> _WHAT YOU HAVE TO DO_
Begin with the first line of the entries below and reproduce each line exactly, ending with the line that holds "A parametric FreeCAD".

Stored items:
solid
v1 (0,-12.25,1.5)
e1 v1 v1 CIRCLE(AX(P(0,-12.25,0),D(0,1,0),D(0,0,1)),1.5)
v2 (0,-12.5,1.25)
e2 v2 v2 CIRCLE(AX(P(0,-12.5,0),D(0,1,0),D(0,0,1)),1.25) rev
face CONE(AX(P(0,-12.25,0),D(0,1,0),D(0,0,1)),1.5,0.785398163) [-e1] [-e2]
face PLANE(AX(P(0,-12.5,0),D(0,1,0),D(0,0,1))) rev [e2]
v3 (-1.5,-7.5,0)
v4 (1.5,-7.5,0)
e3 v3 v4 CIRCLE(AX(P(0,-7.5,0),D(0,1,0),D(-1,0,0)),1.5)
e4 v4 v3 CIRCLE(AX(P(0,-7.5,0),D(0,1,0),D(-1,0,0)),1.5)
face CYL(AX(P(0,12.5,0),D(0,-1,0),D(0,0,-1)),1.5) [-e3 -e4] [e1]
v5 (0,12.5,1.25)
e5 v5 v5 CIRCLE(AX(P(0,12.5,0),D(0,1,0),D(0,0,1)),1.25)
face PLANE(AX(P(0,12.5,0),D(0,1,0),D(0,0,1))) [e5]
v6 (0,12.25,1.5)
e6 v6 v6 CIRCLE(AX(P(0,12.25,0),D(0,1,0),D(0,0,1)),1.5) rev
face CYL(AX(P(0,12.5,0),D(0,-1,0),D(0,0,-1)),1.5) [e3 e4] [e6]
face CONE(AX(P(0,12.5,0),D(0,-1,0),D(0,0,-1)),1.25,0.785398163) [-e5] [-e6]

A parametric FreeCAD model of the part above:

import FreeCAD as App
import Part
import Sketcher


def edges_at(feature, points):
    """Names of the edges that pass closest to the given points."""
    edges = feature.Shape.Edges
    near = lambda p: min(range(len(edges)), key=lambda i: edges[i].distToShape(Part.Vertex(*p))[0])
    return sorted({f"Edge{near(p) + 1}" for p in points})

doc = App.newDocument("Part")
params = doc.addObject("Spreadsheet::Sheet", "Params")
for row, (alias, value) in enumerate([
    ("sketch1_diameter", "3 mm"),
    ("pad1_length", "25 mm"),
    ("chamfer_size", "0.25 mm"),
], start=1):
    params.set(f"A{row}", alias)
    params.set(f"B{row}", "=" + value)
    params.setAlias(f"B{row}", alias)

body = doc.addObject("PartDesign::Body", "Body")

# Sketch on XZ plane
sketch1 = body.newObject("Sketcher::SketchObject", "Sketch")
sketch1.AttachmentSupport = (doc.getObject("XZ_Plane"), [""])
sketch1.MapMode = "FlatFace"
sketch1.addGeometry(Part.Circle(App.Vector(0, 0, 0), App.Vector(0, 0, 1), 1.5), False)
sketch1.addConstraint(Sketcher.Constraint("Coincident", 0, 3, -1, 1))
sketch1.addConstraint(Sketcher.Constraint("Diameter", 0, 3.0))
sketch1.setExpression("Constraints[1]", "Params.sketch1_diameter")
pad1 = body.newObject("PartDesign::Pad", "Pad")
pad1.Profile = sketch1
pad1.setExpression("Length", "Params.pad1_length")
pad1.Midplane = True
doc.recompute()

chamfer = body.newObject("PartDesign::Chamfer", "Chamfer")
chamfer.Base = (pad1, edges_at(pad1, [(0, -12.5, -1.5), (0, 12.5, -1.5)]))
chamfer.setExpression("Size", "Params.chamfer_size")

doc.recompute()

> _THE ANSWER_
solid
v1 (0,-12.25,1.5)
e1 v1 v1 CIRCLE(AX(P(0,-12.25,0),D(0,1,0),D(0,0,1)),1.5)
v2 (0,-12.5,1.25)
e2 v2 v2 CIRCLE(AX(P(0,-12.5,0),D(0,1,0),D(0,0,1)),1.25) rev
face CONE(AX(P(0,-12.25,0),D(0,1,0),D(0,0,1)),1.5,0.785398163) [-e1] [-e2]
face PLANE(AX(P(0,-12.5,0),D(0,1,0),D(0,0,1))) rev [e2]
v3 (-1.5,-7.5,0)
v4 (1.5,-7.5,0)
e3 v3 v4 CIRCLE(AX(P(0,-7.5,0),D(0,1,0),D(-1,0,0)),1.5)
e4 v4 v3 CIRCLE(AX(P(0,-7.5,0),D(0,1,0),D(-1,0,0)),1.5)
face CYL(AX(P(0,12.5,0),D(0,-1,0),D(0,0,-1)),1.5) [-e3 -e4] [e1]
v5 (0,12.5,1.25)
e5 v5 v5 CIRCLE(AX(P(0,12.5,0),D(0,1,0),D(0,0,1)),1.25)
face PLANE(AX(P(0,12.5,0),D(0,1,0),D(0,0,1))) [e5]
v6 (0,12.25,1.5)
e6 v6 v6 CIRCLE(AX(P(0,12.25,0),D(0,1,0),D(0,0,1)),1.5) rev
face CYL(AX(P(0,12.5,0),D(0,-1,0),D(0,0,-1)),1.5) [e3 e4] [e6]
face CONE(AX(P(0,12.5,0),D(0,-1,0),D(0,0,-1)),1.25,0.785398163) [-e5] [-e6]

A parametric FreeCAD model of the part above:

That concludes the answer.